6. The nucleic acid sequence of claim 5, wherein said chemical compound is a candidate compound for therapeutical use or a drug.

7. The nucleic acid sequence of claim 1, wherein said sequence comprises a sequence selected from the group consisting of Seq. Id. Nos. 2 to 6 and Seq. Id. No. 7.

8. A genetic construct comprising a nucleic acid sequence of claim 1, wherein said nucleic acid is operably linked to a nucleic acid encoding a reporter molecule.

9. The genetic construct of claim 8, wherein said reporter molecule has an enzymatic activity.

10. The genetic construct of claim 9, wherein said reporter molecule activity can be detected by colorimetry, radioactivity, fluorescence or chemiluminiscence.

11. The genetic construct of claim 8, wherein said reporter molecule is selected from the group consisting of luciferase, beta-galactosidase, chloramphenicol acetyltransferase, alkaline phosphatase and green fluorescent protein.

12. A method for testing compounds for modulation of heme and/or P 450 cytochromes synthesis comprising contacting suitable cells comprising a genetic construct according to claim 8 with a test compound and detecting enhanced or repressed expression and/or transcription of the nucleic acid sequence encoding the reporter gene.

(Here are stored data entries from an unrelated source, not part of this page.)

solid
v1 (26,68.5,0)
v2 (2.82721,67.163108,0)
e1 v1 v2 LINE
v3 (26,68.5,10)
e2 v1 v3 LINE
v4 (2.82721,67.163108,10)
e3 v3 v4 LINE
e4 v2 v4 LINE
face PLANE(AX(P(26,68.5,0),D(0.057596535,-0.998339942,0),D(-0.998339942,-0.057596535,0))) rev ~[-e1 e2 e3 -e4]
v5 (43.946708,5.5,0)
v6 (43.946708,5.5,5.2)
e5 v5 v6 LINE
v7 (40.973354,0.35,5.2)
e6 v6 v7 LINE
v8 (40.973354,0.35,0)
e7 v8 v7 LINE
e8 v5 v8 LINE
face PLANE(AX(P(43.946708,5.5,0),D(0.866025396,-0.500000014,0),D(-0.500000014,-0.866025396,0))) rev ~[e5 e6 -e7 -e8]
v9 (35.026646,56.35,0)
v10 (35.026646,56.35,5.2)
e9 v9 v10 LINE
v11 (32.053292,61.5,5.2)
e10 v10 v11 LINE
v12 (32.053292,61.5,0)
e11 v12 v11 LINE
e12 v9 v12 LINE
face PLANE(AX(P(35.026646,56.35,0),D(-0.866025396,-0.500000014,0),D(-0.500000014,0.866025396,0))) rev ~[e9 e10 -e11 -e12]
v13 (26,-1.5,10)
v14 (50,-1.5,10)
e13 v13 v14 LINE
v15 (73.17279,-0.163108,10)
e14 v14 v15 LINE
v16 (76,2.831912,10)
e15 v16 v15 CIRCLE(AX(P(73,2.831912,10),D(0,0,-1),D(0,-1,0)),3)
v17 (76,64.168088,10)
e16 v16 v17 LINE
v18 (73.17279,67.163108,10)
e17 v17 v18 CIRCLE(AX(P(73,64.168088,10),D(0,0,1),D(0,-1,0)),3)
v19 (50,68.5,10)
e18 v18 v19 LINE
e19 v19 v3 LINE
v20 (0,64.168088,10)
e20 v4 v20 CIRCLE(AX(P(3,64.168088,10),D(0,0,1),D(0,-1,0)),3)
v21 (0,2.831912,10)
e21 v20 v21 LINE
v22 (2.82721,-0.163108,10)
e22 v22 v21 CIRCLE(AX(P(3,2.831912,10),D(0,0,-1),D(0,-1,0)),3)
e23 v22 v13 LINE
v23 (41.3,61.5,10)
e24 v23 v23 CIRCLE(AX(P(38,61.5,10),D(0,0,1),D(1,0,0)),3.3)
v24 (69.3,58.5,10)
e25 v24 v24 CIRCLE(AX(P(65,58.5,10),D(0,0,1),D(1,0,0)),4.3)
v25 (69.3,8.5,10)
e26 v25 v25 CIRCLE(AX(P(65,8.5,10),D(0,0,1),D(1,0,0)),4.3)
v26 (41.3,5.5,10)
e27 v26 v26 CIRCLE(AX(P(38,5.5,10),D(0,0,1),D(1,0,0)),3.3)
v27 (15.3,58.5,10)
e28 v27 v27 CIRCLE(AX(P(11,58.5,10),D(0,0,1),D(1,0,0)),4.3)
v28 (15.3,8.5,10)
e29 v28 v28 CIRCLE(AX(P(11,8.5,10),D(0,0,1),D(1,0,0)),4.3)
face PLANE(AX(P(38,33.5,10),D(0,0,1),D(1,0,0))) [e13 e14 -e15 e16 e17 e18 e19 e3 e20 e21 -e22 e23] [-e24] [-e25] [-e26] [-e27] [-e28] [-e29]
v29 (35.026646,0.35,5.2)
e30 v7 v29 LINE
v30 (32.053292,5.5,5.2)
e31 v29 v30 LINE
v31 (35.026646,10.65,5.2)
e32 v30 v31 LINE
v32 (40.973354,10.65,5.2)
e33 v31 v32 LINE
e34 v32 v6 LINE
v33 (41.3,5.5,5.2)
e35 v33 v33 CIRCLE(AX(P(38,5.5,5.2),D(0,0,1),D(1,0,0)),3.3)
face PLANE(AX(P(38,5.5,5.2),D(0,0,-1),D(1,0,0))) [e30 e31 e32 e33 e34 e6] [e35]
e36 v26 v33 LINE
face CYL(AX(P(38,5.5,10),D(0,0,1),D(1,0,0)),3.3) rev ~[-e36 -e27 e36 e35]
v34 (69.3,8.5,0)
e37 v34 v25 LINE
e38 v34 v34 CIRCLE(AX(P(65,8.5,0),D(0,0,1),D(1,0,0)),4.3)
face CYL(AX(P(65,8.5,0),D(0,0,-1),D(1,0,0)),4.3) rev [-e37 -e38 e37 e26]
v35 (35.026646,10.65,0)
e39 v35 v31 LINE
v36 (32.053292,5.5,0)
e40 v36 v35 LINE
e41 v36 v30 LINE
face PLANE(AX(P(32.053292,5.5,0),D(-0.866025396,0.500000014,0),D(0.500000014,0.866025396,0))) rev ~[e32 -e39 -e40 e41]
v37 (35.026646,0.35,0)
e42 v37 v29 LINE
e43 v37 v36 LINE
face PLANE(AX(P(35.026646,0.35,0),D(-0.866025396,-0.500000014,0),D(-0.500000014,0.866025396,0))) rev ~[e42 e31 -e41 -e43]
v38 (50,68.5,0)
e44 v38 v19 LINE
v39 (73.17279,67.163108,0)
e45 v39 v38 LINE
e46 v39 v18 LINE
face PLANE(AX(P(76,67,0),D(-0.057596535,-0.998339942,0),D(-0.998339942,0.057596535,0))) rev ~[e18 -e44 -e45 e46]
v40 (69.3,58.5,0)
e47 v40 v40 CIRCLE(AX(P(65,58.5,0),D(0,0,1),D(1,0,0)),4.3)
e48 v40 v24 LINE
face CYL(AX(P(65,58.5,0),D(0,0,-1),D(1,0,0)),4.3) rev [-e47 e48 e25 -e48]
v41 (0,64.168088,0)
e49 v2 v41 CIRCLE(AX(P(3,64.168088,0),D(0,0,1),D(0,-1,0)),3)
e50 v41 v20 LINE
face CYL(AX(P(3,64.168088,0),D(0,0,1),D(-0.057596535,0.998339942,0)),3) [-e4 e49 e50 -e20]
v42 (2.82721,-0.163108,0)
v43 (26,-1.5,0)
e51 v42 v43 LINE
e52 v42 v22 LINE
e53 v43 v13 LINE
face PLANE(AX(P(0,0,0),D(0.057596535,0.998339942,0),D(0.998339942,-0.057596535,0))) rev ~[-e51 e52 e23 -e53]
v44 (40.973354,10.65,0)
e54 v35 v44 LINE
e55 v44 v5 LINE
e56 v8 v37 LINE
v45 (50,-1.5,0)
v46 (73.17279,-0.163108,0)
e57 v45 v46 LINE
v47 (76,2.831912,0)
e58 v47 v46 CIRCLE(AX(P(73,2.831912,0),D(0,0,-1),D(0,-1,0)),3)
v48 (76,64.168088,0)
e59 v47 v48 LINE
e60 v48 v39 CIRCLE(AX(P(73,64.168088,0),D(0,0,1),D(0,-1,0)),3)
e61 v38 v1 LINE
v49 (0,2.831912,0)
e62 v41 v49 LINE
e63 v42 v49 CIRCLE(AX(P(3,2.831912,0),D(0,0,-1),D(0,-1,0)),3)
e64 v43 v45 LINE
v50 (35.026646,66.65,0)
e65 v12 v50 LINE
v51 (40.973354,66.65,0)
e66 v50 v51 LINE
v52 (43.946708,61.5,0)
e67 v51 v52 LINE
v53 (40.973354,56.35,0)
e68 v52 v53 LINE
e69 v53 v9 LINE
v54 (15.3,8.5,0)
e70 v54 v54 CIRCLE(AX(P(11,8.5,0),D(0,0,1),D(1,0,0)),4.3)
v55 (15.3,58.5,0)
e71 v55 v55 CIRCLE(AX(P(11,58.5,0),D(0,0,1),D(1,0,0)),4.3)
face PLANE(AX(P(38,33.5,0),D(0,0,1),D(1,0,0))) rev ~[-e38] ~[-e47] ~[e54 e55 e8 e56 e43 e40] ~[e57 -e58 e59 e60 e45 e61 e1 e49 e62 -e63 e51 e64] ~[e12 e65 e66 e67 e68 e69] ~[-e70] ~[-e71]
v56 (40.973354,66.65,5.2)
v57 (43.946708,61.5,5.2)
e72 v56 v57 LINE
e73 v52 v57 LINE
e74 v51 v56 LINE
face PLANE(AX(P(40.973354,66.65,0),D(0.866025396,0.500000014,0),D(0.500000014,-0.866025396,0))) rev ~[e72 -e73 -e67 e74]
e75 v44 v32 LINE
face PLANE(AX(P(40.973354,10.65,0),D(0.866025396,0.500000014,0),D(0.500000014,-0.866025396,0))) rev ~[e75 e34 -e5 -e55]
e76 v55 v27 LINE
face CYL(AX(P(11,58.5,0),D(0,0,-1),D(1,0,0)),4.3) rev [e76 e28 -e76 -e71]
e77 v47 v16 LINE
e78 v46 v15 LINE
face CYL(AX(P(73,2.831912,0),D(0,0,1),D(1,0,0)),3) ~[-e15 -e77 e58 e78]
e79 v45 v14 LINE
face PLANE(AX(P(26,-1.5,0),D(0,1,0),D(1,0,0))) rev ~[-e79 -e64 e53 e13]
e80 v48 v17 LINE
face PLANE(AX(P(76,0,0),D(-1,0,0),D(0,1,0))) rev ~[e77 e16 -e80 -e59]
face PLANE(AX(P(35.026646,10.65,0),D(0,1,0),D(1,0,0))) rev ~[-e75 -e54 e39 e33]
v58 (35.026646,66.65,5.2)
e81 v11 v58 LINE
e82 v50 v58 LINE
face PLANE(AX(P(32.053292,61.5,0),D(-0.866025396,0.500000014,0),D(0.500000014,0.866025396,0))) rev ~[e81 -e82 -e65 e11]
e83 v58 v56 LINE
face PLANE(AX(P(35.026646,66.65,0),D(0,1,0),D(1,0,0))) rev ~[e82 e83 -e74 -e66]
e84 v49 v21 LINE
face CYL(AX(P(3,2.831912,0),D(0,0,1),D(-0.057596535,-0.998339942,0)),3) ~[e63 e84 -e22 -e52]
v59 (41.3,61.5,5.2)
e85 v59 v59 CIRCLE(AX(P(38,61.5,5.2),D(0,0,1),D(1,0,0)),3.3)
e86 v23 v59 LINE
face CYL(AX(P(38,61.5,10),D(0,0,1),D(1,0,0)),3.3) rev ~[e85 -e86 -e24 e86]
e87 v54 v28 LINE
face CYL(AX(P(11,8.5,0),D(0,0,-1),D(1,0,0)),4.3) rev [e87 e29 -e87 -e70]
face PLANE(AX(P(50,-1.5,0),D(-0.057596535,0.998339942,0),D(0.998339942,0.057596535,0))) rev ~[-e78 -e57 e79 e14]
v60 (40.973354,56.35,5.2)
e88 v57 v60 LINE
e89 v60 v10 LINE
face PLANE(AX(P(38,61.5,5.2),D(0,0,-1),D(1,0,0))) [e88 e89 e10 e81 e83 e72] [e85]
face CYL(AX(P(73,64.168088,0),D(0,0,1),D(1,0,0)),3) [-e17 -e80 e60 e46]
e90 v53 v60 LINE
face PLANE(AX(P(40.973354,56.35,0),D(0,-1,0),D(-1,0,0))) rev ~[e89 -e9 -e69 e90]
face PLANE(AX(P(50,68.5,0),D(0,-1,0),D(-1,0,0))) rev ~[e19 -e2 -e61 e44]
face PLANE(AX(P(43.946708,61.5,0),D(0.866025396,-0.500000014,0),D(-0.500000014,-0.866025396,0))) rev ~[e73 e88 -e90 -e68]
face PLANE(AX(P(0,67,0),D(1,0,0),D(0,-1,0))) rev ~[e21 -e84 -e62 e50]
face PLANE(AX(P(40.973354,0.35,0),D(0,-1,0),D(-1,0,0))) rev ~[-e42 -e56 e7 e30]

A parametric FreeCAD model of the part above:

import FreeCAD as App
import Part
import Sketcher
from FreeCAD import Vector
Q = App.Units.Quantity


def edges_at(feature, points):
    """Names of the edges that pass closest to the given points."""
    edges = feature.Shape.Edges
    near = lambda p: min(range(len(edges)), key=lambda i: edges[i].distToShape(Part.Vertex(*p))[0])
    return sorted({f"Edge{near(p) + 1}" for p in points})

doc = App.newDocument("Part")
body = doc.addObject("PartDesign::Body", "Body")

# Sketch on XY plane
sketch1 = body.newObject("Sketcher::SketchObject", "Sketch")
sketch1.AttachmentSupport = (doc.getObject("XY_Plane"), [""])
sketch1.MapMode = "FlatFace"
sketch1.addGeometry([
    Part.LineSegment(Vector(76, 0, 0), Vector(76, 67, 0)),  # 0
    Part.LineSegment(Vector(76, 67, 0), Vector(50, 68.5, 0)),  # 1
    Part.LineSegment(Vector(50, 68.5, 0), Vector(26, 68.5, 0)),  # 2
    Part.LineSegment(Vector(26, 68.5, 0), Vector(0, 67, 0)),  # 3
    Part.LineSegment(Vector(0, 67, 0), Vector(0, 0, 0)),  # 4
    Part.LineSegment(Vector(0, 0, 0), Vector(26, -1.5, 0)),  # 5
    Part.LineSegment(Vector(26, -1.5, 0), Vector(50, -1.5, 0)),  # 6
    Part.LineSegment(Vector(50, -1.5, 0), Vector(76, 0, 0)),  # 7
    Part.Circle(Vector(11, 8.5, 0), Vector(0, 0, 1), 4.3),  # 8
    Part.Circle(Vector(65, 8.5, 0), Vector(0, 0, 1), 4.3),  # 9
    Part.Circle(Vector(11, 58.5, 0), Vector(0, 0, 1), 4.3),  # 10
    Part.Circle(Vector(65, 58.5, 0), Vector(0, 0, 1), 4.3),  # 11
], False)
sketch1.addConstraint([
    Sketcher.Constraint("Coincident", 0, 2, 1, 1),
    Sketcher.Constraint("Coincident", 1, 2, 2, 1),
    Sketcher.Constraint("Coincident", 2, 2, 3, 1),
    Sketcher.Constraint("Coincident", 3, 2, 4, 1),
    Sketcher.Constraint("Coincident", 4, 2, 5, 1),
    Sketcher.Constraint("Coincident", 5, 2, 6, 1),
    Sketcher.Constraint("Coincident", 6, 2, 7, 1),
    Sketcher.Constraint("Coincident", 7, 2, 0, 1),
    Sketcher.Constraint("Vertical", 0),
    Sketcher.Constraint("Horizontal", 2),
    Sketcher.Constraint("Vertical", 4),
    Sketcher.Constraint("Horizontal", 6),
    Sketcher.Constraint("Coincident", 4, 2, -1, 1),
    Sketcher.Constraint("Equal", 8, 9),
    Sketcher.Constraint("Equal", 9, 10),
    Sketcher.Constraint("Equal", 10, 11),
    Sketcher.Constraint("PointOnObject", 7, 2, -1),
    Sketcher.Constraint("Parallel", 1, 5),
    Sketcher.Constraint("Parallel", 3, 7),
    Sketcher.Constraint("Horizontal", 8, 3, 9, 3),
    Sketcher.Constraint("Horizontal", 10, 3, 11, 3),
    Sketcher.Constraint("Horizontal", 0, 2, 3, 2),
    Sketcher.Constraint("Vertical", 8, 3, 10, 3),
    Sketcher.Constraint("Vertical", 9, 3, 11, 3),
    Sketcher.Constraint("Vertical", 2, 2, 5, 2),
    Sketcher.Constraint("Vertical", 1, 2, 6, 2),
    Sketcher.Constraint("Diameter", 8, 8.6),
    Sketcher.Constraint("DistanceX", 2, 2, 2, 1, 24.0),
    Sketcher.Constraint("DistanceY", 0, 1, 0, 2, 67.0),
    Sketcher.Constraint("DistanceX", -1, 1, 8, 3, 11.0),
    Sketcher.Constraint("DistanceX", -1, 1, 9, 3, 65.0),
    Sketcher.Constraint("DistanceX", -1, 1, 0, 2, 76.0),
    Sketcher.Constraint("DistanceY", 8, 3, 10, 3, 50.0),
    Sketcher.Constraint("DistanceY", 11, 3, 1, 2, 10.0),
    Sketcher.Constraint("DistanceY", 5, 2, 8, 3, 10.0),
])
pad1 = body.newObject("PartDesign::Pad", "Pad")
pad1.Profile = sketch1
pad1.Length = 10

# Sketch on XY plane
sketch2 = body.newObject("Sketcher::SketchObject", "Sketch001")
sketch2.AttachmentSupport = (doc.getObject("XY_Plane"), [""])
sketch2.MapMode = "FlatFace"
sketch2.AttachmentOffset = App.Placement(Vector(0, 0, 10), App.Rotation())
sketch2.addGeometry([
    Part.Circle(Vector(38, 61.5, 0), Vector(0, 0, 1), 3.3),
    Part.Circle(Vector(38, 5.5, 0), Vector(0, 0, 1), 3.3),
], False)
sketch2.addConstraint([
    Sketcher.Constraint("Equal", 0, 1),
    Sketcher.Constraint("Vertical", 0, 3, 1, 3),
    Sketcher.Constraint("Diameter", 0, 6.6),
    Sketcher.Constraint("DistanceX", -1, 1, 0, 3, 38.0),
    Sketcher.Constraint("DistanceY", 1, 3, 0, 3, 56.0),
    Sketcher.Constraint("DistanceY", -1, 1, 0, 3, 61.5),
])
pocket1 = body.newObject("PartDesign::Pocket", "Pocket")
pocket1.Profile = sketch2
pocket1.Type = "ThroughAll"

13. The method of claim 12, wherein said compound is a candidate drug for therapeutical use or a drug.

14. The method of claim 12, wherein enhanced expression of the nucleic acid sequence encoding the reporter gene is detected by a colorimetry, fluorescence, radioactivity or chemiluminiscence.

15. The method claim 12, wherein enhanced transcription of the nucleic acid encoding the reporter gene is detected by quantitative PCR.

16. The method of claim 12, wherein said cells are Leghorn Male Hepatoma (LMH) cells, other hepatoma cells, monkey kidney cells (CV-1, COS-1) or human kidney cells.

17. (canceled)

18. (canceled)

19. An isolated nucleic acid sequence comprising at least a DR-4 nuclear receptor binding site, wherein said nucleic acid sequence functions as transcriptional enhancer upon addition of a compound that induces a 5-aminolevulinic acid synthase gene.

20. A method for testing at least one testing compound as a modulator of heme and/or P450 cytochromes synthesis comprising:

providing an expression system comprising the isolated nucleic acid sequence of claim 19,

adding said at least one testing compound, and

ascertaining modulation of expression levels in said expression system, wherein said modulation is mediated by said nucleic acid sequence.

21. The method of claim 20, wherein said isolated nucleic acid sequence is Seq. Id. No. 8, Seq. Id. No. 9, Seq. Id. No. 10 or Seq. Id. No. 39.

22. The method of claim 20, wherein said isolated nucleic acid is operably linked to a nucleic acid encoding a reporter molecule.